Hablar de Namur es hablar en gran parte de la historia bélica del viejo continente por haber sido un lugar estratégico para la guerra. La Ciudadela de Namur, en lo más alto de la ciudad, es un fuerte recordatorio de un pasado belicoso. Tiene interesantes museos, como el Diocesano de la Catedral, uno dedicado a Felinen Pops (un reconocido pintor de obras eróticas), el de Artes Antiguas y el Arqueológico.

Mons es otra cita obligada por su aire medieval en calles y edificaciones que se remontan al siglo XV. De antiguo escenario de batallas y de célebres mitos pasó a ser una ciudad universitaria, una suerte de Silicon Valley de estilo europeo. Es una ciudad que combina diferentes épocas arquitectónicas, huellas de una rica historia, como las casas españolas, en el casco antiguo, construidas durante el reinado de Carlos I. Como ocurre en otros sitios belgas, el edificio más relevante es la Colegiata de Santa Waudru, de un estilo arquitectónico gótico de los siglos XV a XVII, que contiene obras artísticas de gran valor cultural. Vale la pena, además, llegar al Castillo de los Condes, ubicado en lo alto de una colina. 
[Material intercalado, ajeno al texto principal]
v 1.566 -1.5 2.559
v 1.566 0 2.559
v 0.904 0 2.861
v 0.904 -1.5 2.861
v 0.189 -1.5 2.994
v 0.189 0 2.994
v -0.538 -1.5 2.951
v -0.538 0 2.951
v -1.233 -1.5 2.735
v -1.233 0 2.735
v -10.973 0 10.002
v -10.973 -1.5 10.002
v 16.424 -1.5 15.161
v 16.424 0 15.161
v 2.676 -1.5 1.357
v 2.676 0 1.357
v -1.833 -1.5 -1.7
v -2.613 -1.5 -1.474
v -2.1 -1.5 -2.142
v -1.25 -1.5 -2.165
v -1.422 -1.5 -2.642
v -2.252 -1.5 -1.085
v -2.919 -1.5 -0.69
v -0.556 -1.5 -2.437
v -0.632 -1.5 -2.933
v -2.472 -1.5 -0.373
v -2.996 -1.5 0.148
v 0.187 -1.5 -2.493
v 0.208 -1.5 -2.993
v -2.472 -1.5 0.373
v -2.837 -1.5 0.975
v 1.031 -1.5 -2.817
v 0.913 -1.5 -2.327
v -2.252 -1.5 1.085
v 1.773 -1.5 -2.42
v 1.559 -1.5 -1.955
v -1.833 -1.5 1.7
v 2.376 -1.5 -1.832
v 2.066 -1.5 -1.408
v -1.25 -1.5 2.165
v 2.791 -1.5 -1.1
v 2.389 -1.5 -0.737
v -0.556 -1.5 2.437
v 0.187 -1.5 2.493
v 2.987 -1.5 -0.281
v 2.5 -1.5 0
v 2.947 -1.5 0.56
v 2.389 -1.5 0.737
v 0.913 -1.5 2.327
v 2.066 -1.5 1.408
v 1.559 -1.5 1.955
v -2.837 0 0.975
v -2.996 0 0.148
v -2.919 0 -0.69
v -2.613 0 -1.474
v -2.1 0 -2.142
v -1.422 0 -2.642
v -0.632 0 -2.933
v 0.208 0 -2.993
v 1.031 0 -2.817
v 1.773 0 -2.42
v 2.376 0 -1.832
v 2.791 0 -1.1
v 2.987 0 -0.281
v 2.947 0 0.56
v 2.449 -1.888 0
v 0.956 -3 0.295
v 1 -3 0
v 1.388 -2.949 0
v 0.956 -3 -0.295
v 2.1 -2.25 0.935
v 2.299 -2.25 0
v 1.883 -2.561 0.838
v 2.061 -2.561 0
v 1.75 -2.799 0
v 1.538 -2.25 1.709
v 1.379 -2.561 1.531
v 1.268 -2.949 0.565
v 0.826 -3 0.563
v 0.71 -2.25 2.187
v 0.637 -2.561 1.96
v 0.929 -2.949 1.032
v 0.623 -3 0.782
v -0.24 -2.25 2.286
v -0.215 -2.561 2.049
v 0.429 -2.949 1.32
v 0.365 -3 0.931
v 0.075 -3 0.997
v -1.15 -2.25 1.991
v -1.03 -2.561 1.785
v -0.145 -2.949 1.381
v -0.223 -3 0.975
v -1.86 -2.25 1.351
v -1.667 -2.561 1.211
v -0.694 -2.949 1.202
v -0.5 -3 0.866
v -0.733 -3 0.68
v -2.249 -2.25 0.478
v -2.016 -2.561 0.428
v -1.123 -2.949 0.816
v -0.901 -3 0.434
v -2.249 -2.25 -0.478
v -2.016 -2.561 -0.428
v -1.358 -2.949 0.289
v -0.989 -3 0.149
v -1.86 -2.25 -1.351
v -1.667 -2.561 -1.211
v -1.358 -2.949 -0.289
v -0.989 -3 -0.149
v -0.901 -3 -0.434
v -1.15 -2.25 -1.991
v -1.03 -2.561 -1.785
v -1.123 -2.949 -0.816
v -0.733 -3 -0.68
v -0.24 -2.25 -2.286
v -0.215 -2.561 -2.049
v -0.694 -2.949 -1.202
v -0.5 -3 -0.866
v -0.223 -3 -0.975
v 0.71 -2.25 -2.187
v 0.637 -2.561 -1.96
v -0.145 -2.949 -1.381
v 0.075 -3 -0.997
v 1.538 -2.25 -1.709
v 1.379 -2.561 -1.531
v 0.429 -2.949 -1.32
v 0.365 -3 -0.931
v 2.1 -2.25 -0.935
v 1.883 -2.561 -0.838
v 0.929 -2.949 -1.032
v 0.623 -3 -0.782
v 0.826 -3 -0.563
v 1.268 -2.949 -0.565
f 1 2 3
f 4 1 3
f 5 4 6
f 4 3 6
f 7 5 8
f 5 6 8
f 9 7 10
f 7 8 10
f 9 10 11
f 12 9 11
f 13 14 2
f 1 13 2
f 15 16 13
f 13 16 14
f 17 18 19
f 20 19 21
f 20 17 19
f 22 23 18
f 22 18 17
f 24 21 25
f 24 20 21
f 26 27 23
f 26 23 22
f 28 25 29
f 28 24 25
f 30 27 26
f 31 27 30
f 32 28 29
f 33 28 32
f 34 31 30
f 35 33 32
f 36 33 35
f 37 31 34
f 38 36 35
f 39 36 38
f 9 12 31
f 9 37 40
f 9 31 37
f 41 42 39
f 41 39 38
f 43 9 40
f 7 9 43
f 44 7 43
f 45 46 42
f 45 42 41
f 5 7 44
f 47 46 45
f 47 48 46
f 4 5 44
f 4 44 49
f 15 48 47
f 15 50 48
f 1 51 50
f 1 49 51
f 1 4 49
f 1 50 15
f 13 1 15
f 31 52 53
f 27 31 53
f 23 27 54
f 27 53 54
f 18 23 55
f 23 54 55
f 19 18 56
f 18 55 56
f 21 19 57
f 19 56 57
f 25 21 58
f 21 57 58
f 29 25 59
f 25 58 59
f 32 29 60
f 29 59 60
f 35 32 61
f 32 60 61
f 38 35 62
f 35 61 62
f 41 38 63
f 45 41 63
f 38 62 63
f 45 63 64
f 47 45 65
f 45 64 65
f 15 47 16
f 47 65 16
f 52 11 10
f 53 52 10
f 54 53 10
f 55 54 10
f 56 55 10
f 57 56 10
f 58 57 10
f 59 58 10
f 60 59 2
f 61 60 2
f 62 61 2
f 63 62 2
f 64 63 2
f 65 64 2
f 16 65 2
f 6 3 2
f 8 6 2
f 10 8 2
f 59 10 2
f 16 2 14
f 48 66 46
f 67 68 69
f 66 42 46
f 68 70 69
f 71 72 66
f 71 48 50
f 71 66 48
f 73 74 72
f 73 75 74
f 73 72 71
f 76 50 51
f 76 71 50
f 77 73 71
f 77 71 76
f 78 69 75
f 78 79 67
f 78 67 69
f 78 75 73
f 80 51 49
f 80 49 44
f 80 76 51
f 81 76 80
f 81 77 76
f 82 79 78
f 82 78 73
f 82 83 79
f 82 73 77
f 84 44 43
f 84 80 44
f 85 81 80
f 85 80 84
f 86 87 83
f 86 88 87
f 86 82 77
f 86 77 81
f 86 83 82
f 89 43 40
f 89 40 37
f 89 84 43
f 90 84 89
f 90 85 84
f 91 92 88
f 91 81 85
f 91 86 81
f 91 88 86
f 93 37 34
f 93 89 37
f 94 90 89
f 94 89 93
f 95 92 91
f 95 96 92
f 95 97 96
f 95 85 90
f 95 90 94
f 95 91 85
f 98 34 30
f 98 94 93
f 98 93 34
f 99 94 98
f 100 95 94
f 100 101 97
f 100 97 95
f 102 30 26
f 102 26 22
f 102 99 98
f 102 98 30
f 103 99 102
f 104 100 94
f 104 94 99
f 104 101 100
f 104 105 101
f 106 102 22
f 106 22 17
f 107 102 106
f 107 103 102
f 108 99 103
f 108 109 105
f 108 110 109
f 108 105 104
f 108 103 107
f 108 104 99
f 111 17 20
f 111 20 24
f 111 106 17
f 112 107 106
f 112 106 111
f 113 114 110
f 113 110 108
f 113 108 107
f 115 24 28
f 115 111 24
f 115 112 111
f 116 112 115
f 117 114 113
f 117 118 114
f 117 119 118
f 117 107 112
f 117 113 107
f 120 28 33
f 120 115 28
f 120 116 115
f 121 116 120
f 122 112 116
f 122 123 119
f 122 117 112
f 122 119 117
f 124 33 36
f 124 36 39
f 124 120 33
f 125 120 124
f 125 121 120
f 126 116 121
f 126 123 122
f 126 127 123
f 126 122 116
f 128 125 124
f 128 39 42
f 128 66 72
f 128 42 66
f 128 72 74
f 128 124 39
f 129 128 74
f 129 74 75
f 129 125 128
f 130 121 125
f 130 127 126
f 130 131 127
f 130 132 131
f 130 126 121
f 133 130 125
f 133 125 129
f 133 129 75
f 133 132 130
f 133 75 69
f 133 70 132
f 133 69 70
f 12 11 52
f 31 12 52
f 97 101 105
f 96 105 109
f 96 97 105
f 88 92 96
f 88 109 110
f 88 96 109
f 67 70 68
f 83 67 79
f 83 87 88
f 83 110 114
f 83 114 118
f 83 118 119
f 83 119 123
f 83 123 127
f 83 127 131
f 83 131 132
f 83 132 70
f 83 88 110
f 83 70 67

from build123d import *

# Parameters (mm, degrees)
F0_R     = 2.5
F1_DEPTH = 3
F2_R     = 1.5
F4_DEPTH = 1.5


with BuildPart() as f1:
    # F0 (on Front) → F1 (new body)
    with BuildSketch(Plane.XZ):
        Circle(F0_R)
    extrude(amount=F1_DEPTH)

    # F2
    f2_edges = [f1.edges().sort_by_distance(p)[0] for p in [
        (-2.5, -3, 0),
    ]]
    fillet(f2_edges, radius=F2_R)

    # F3 (on Front) → F4 (join)
    with BuildSketch(Plane.XZ):
        with BuildLine():
            Line((-10.973479, 10.002215), (-2.837275, 0.974612))
            ThreePointArc((-2.837275, 0.974612), (0.20759, -2.992809), (2.675548, 1.356998))
            Line((2.675548, 1.356998), (16.424086, 15.161496))
            Line((16.424086, 15.161496), (1.566229, 2.558696))
            ThreePointArc((1.566229, 2.558696), (0.188675, 2.994061), (-1.232635, 2.73507))
            Line((-1.232635, 2.73507), (-10.973479, 10.002215))
        make_face()
    extrude(amount=F4_DEPTH)


solid = f1.part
Otra de las ciudades interesantísimas desde el punto de vista patrimonial es Tournai, una de las más antiguas de Bélgica, a unos 120 kilómetros al oeste de Namur, hacia la frontera con Francia. Llaman particularmente la atención unas típicas casas de ladrillo y madera, y de muchas ventanas. Aunque hay múltiples iglesias dignas de conocer, se destaca una versión propia de la Catedral de Notre Dame, del siglo XII, declarada patrimonio de la humanidad por la Unesco. Al encanto cultural se le suman los increíbles a atardeceres al borde del río Escalda. 

Charleroi podría pasarse por alto porque no tiene el encanto de otros pueblos del sur de Bélgica. Pero es el centro del cómic en un país reconocido por este género literario. Allí nació el personaje de Lucky Lucke, por ejemplo.

Y no se puede viajar a la región del sur de Bélgica sin conocer Lieja, la ciudad de reyes y obispos que se destaca como centro histórico de casas antiguas. Son muy recomendables la Catedral de San Pablo y el Museo Curtius y otro dedicado a la vida en Valonia.

Varios sitios de viajes aconsejan completar el recorrido en Dinant, un lugar tan pequeño que se puede recorrer en unas horas. Es una ciudad encantadora y pintoresca. Es una postal con el río Mosa siempre como protagonista.

Toda Valonia es reconocida por sus campanarios, declarados en conjunto patrimonio de la humanidad por la Unesco.

También es famosa por el tesoro acuático de sus ríos para hacer paseos en kayaks, canoas o barcos eléctricos y disfrutar al mismo tiempo del paisaje que imponen los castillos medievales. 

La región ha sido bendecida por la naturaleza y también puede apreciarse en recorridos en bicicleta, aprovechando la variedad de ciclorrutas que atraviesan inmensas áreas verdes. La actividad es muy recomendable si el turista no está tentado al mismo tiempo de beber una rica cerveza de abadía.